Been looking through the search engine and haven't found any threads that have promising looking plants in them... Hope ya'll can help!


----------



## charlesbrooks (Oct 18, 2009)

You might want to turn to Elaphoglossum sp. The smaller, strap leave variety. This will give you that Birdnest look, without the size. A very good example of what I talking about; Elaph. nigrescens. This is just one sp. of many in that family of ferns.

Cons: Many Elaphoglossum sp. can difficult to locate in the trade. Charles, of Rareferns would be a great start. You can also post in the wanted section of Dendroboard.
Good luck, and l wish you the best in your search.


----------



## xxohmycaptainxx (Dec 10, 2010)

charlesbrooks said:


> You might want to turn to Elaphoglossum sp. The smaller, strap leave variety. This will give you that Birdnest look, without the size. A very good example of what I talking about; Elaph. nigrescens. This is just one sp. of many in that family of ferns.
> 
> Cons: Many Elaphoglossum sp. can difficult to locate in the trade. Charles, of Rareferns would be a great start. You can also post in the wanted section of Dendroboard.
> Good luck, and l wish you the best in your search.


Ayee that's pretty funny. That's actually one of the very few plants I've looked at and liked. As you said though its been incredibly difficult to locate. I'll contact Charles and see if he has any available. If not I'm not sure who to turn to as they're not really being produced by anyone else it seems.

I was also looking at lecanopteris sinuosa but I was worried it wouldn't grow bushy enough and that it would grow too large. Haven't been able to find much info on its adult size.

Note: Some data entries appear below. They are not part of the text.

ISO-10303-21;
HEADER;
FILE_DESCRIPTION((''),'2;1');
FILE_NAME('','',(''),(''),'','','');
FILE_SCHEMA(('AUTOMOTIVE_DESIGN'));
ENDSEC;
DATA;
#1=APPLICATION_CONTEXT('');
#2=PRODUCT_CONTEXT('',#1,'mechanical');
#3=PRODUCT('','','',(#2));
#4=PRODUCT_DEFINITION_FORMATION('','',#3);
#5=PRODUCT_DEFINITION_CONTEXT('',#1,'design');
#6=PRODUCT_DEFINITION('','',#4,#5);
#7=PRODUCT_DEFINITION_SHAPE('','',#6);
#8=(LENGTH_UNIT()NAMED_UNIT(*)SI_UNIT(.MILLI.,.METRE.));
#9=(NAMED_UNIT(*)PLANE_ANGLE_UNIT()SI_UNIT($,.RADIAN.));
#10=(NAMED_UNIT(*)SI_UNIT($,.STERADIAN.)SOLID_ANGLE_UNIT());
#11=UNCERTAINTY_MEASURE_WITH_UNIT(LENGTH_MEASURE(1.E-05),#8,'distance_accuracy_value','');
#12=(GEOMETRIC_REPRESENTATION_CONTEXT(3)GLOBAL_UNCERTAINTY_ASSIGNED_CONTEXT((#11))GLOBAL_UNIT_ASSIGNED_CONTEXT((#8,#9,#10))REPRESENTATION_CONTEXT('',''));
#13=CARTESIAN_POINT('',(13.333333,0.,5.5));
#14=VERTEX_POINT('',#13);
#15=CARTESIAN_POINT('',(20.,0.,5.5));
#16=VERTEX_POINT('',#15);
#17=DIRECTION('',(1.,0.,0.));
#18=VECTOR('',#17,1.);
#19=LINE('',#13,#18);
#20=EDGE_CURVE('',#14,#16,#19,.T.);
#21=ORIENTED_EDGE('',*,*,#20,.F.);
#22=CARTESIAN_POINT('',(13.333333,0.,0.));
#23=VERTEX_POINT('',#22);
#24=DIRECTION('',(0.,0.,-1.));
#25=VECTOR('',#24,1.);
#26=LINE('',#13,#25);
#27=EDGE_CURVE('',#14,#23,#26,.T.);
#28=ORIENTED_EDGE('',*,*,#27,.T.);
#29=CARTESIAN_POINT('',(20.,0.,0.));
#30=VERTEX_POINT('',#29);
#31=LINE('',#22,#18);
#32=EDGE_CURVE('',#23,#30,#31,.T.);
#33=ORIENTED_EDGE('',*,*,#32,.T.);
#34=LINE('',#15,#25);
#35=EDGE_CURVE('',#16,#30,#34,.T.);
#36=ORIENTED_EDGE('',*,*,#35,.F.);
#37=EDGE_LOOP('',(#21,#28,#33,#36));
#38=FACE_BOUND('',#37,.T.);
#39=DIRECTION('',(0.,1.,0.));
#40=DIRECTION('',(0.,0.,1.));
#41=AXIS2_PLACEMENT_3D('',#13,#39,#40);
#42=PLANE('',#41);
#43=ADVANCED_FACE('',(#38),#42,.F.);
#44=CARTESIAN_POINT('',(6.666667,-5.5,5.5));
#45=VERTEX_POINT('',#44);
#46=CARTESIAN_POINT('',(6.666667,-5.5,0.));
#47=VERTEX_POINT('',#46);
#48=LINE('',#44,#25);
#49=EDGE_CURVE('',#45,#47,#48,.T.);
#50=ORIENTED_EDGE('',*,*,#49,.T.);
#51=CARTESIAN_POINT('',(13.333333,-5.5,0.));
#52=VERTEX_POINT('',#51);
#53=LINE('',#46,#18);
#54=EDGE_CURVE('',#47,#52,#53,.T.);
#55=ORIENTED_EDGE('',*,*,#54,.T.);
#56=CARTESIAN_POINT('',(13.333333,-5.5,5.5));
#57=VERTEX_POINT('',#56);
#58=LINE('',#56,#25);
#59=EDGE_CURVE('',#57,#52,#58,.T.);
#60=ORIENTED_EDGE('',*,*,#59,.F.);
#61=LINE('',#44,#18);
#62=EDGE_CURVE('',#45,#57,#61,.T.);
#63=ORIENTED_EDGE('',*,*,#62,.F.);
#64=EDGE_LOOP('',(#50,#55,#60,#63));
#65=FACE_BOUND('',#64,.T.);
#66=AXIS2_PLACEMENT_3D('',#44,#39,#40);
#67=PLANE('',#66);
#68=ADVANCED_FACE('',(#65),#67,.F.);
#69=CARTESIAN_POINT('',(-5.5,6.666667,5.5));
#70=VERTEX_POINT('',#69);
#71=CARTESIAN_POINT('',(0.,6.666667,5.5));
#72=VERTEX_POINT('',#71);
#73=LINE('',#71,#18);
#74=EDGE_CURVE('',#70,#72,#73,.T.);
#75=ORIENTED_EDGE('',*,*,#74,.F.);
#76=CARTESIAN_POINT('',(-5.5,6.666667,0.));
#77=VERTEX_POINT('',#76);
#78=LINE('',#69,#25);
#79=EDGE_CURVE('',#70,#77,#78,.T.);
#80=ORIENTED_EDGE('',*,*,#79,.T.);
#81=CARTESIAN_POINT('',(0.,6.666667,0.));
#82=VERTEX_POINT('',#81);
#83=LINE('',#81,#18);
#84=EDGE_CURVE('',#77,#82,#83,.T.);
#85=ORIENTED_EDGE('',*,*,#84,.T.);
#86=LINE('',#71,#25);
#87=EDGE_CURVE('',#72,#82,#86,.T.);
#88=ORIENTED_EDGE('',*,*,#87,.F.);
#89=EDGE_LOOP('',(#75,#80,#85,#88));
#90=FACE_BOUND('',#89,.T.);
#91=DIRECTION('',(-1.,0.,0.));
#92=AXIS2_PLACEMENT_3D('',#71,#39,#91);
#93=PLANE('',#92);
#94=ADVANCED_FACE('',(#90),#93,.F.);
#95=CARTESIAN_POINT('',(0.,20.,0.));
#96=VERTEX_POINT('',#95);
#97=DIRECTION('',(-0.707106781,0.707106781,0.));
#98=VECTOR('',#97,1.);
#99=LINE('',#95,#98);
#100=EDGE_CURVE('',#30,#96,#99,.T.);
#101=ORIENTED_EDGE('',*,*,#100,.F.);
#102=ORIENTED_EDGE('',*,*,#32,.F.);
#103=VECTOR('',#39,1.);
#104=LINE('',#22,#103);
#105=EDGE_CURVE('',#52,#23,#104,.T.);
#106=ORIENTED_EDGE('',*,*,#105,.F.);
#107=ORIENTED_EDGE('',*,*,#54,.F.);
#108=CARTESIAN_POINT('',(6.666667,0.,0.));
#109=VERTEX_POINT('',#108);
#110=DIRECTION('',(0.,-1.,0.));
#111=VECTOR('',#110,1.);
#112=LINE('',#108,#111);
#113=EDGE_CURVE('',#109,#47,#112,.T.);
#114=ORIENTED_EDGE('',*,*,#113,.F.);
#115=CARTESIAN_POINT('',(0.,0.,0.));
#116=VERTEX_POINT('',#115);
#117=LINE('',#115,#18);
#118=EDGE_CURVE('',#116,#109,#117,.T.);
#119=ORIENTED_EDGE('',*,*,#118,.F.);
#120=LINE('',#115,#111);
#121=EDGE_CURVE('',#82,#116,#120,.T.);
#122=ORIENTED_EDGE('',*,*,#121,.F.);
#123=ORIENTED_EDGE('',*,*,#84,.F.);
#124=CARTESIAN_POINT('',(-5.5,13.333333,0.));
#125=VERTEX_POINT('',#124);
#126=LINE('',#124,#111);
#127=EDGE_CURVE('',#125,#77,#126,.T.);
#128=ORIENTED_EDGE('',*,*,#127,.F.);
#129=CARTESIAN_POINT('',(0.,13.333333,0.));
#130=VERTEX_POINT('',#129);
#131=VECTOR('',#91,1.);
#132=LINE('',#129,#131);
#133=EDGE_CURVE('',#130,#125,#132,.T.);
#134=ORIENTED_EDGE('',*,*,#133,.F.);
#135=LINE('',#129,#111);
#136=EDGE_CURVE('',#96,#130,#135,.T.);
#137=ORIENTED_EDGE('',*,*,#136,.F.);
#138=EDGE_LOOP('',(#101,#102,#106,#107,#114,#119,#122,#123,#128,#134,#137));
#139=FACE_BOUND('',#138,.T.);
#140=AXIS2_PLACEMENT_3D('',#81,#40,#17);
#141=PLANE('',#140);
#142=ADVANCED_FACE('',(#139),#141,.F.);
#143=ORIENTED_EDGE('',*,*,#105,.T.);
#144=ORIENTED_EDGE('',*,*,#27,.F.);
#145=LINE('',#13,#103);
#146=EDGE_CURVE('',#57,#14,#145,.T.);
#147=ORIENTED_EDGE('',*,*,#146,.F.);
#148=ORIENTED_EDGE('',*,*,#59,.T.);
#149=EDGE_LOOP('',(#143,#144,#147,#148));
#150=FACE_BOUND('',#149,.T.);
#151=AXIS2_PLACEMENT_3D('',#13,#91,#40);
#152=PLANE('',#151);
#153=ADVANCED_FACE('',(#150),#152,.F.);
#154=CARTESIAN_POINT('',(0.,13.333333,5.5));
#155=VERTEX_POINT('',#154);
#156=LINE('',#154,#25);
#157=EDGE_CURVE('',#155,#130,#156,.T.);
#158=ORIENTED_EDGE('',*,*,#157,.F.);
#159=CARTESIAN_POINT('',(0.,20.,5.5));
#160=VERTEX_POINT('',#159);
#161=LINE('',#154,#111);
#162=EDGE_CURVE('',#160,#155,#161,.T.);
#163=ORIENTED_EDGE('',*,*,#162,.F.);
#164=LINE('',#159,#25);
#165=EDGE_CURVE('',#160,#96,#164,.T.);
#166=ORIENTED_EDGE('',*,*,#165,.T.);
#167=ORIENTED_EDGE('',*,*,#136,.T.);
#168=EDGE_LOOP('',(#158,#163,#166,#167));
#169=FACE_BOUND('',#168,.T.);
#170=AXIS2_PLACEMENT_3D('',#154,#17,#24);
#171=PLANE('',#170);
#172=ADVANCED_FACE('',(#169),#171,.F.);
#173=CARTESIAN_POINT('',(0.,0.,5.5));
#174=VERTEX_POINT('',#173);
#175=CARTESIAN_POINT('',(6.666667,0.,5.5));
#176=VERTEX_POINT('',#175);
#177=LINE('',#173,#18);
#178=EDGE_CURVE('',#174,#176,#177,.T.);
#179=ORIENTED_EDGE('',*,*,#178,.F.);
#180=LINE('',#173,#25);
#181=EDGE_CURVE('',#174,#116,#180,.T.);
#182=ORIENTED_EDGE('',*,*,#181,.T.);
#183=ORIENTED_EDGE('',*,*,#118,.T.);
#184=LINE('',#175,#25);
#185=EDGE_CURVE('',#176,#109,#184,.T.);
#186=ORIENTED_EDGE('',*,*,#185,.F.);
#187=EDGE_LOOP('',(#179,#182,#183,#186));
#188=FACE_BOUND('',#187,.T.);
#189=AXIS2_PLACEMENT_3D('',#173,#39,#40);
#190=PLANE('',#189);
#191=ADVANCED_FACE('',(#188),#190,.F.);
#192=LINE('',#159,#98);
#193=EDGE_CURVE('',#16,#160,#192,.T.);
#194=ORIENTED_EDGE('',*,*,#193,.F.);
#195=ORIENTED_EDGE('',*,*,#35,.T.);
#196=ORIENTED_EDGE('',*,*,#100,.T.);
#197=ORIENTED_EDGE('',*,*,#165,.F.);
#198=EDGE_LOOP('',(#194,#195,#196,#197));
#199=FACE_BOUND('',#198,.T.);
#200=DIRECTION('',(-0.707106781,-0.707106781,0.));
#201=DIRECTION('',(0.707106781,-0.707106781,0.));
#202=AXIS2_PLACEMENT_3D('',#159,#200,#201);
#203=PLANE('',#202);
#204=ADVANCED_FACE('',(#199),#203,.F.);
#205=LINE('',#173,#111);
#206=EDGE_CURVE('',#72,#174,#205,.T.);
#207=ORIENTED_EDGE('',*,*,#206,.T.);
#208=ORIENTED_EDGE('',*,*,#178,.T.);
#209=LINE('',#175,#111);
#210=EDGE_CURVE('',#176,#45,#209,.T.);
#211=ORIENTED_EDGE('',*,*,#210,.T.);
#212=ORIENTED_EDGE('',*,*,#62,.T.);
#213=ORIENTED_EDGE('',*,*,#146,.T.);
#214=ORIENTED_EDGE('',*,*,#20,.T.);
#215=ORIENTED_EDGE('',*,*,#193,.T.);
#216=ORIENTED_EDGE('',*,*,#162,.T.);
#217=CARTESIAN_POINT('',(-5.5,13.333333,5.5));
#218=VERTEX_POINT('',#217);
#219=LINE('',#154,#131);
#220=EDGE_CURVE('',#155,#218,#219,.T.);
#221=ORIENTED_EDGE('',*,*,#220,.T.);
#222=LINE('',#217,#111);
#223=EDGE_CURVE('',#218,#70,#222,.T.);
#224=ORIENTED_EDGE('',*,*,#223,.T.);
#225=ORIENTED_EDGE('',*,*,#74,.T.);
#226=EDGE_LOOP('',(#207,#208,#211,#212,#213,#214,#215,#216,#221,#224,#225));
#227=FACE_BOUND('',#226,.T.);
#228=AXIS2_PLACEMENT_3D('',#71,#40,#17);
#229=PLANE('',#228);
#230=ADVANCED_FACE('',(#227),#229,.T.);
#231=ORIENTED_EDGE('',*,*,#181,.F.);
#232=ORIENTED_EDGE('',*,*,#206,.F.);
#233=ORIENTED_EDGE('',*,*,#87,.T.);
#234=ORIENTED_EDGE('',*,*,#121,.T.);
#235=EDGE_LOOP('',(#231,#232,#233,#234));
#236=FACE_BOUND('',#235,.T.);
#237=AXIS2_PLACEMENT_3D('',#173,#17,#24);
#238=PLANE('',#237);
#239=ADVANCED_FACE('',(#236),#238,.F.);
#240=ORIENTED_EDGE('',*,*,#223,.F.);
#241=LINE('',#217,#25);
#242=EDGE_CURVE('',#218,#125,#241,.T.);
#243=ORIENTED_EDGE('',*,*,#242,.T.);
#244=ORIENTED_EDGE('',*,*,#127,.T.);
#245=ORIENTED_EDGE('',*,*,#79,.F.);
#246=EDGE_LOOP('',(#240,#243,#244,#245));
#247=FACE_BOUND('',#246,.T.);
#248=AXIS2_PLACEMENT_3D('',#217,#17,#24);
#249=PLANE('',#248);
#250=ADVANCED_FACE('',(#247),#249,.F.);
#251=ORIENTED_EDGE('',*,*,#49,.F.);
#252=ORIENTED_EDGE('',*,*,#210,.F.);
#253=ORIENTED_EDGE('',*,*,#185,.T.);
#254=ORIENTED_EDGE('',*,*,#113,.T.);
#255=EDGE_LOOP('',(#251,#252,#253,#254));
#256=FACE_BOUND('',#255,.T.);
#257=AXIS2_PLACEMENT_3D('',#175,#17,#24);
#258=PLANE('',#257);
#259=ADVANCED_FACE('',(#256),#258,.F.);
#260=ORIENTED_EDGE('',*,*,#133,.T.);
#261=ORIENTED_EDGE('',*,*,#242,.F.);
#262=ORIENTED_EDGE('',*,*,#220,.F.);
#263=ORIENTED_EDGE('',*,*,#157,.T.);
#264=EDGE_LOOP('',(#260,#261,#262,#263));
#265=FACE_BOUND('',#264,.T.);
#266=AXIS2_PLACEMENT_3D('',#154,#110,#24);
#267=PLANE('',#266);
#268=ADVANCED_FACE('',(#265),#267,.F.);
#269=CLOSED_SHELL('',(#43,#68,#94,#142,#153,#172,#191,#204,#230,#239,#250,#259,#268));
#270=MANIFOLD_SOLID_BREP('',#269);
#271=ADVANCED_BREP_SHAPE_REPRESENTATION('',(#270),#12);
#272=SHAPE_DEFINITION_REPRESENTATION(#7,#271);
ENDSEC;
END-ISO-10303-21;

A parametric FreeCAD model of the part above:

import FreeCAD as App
import Part
import Sketcher
from FreeCAD import Vector
Q = App.Units.Quantity

doc = App.newDocument("Part")
body = doc.addObject("PartDesign::Body", "Body")

sketch1 = doc.addObject("Sketcher::SketchObject", "Sketch")
body.addObject(sketch1)
sketch1.AttachmentSupport = (doc.XY_Plane, [""])
sketch1.MapMode = "FlatFace"
sketch1.addGeometry(Part.LineSegment(Vector(20, 0, 0), Vector(0, 20, 0)), False)
sketch1.addGeometry(Part.LineSegment(Vector(0, 20, 0), Vector(0, 13, 0)), False)
sketch1.addGeometry(Part.LineSegment(Vector(0, 13, 0), Vector(-6, 13, 0)), False)
sketch1.addGeometry(Part.LineSegment(Vector(-6, 13, 0), Vector(-6, 7, 0)), False)
sketch1.addGeometry(Part.LineSegment(Vector(-6, 7, 0), Vector(0, 7, 0)), False)
sketch1.addGeometry(Part.LineSegment(Vector(0, 7, 0), Vector(0, 0, 0)), False)
sketch1.addGeometry(Part.LineSegment(Vector(0, 0, 0), Vector(7, 0, 0)), False)
sketch1.addGeometry(Part.LineSegment(Vector(7, 0, 0), Vector(7, -6, 0)), False)
sketch1.addGeometry(Part.LineSegment(Vector(7, -6, 0), Vector(13, -6, 0)), False)
sketch1.addGeometry(Part.LineSegment(Vector(13, -6, 0), Vector(13, 0, 0)), False)
sketch1.addGeometry(Part.LineSegment(Vector(13, 0, 0), Vector(20, 0, 0)), False)
sketch1.addConstraint(Sketcher.Constraint("Coincident", 0, 2, 1, 1))
sketch1.addConstraint(Sketcher.Constraint("Coincident", 1, 2, 2, 1))
sketch1.addConstraint(Sketcher.Constraint("Coincident", 2, 2, 3, 1))
sketch1.addConstraint(Sketcher.Constraint("Coincident", 3, 2, 4, 1))
sketch1.addConstraint(Sketcher.Constraint("Coincident", 4, 2, 5, 1))
sketch1.addConstraint(Sketcher.Constraint("Coincident", 5, 2, 6, 1))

Don't mind spending a pretty penny for a fern. The majority of the plants in my gecko's tank cost $40+ each. Mostly ant plants. Really loving how my H. moseleyanum and Pachycentria glauca are growing in.


----------



## joshsfrogs (May 6, 2004)

Hello!

The Davallia Rabbit's Foot Ferns are a small, tropical fern that are perfect for all of those principles you described. They work great for growing and creeping on backgrounds and their leaves stay small.

Davallia trichomanoides - Black Rabbit's Foot Fern
-This species has lighter green foliage and larger growing leaves than the tyermanii.

Davallia tyermanii - White Rabbit's Foot Fern
-This species has darker green foliage and tends to have smaller growing leaves than the trichomanoides.

I hope this helps!


----------



## kimcmich (Jan 17, 2016)

I wouldn't call rabbit's foot ferns small (at least not when the context is terrarium ferns). They are hardy and pretty easy to keep happy, though. A different Davallia species - Davallia parvula - would be a better "over branches" creeper that also provides some cover. There are also multiple Micogramma and Pyrossia sp that would work - consider M. heterophylla or P. piloselloides, for instance.


----------



## skoram (Apr 20, 2015)

small, epiphytic fern ... that is a perfect description of Lemmaphyllum microphyllum, though I don't know about its availability in your area. I live in Korea where it grows natively. It's an outstanding vivarium plant and really easy to grow. a Google search will provide much more info.


----------



## theroc1217 (Jun 5, 2012)

kimcmich said:


> I wouldn't call rabbit's foot ferns small (at least not when the context is terrarium ferns). They are hardy and pretty easy to keep happy, though. A different Davallia species - Davallia parvula - would be a better "over branches" creeper that also provides some cover. There are also multiple Micogramma and Pyrossia sp that would work - consider M. heterophylla or P. piloselloides, for instance.


Davallia repens is also a good small plant. A little larger than D. parvula, but has the triangular leaves instead of fan shaped.


----------



## austin (Dec 6, 2013)

Microgramma species are my favorite, slow growing but well worth it!


Sent from my iPhone using Tapatalk


----------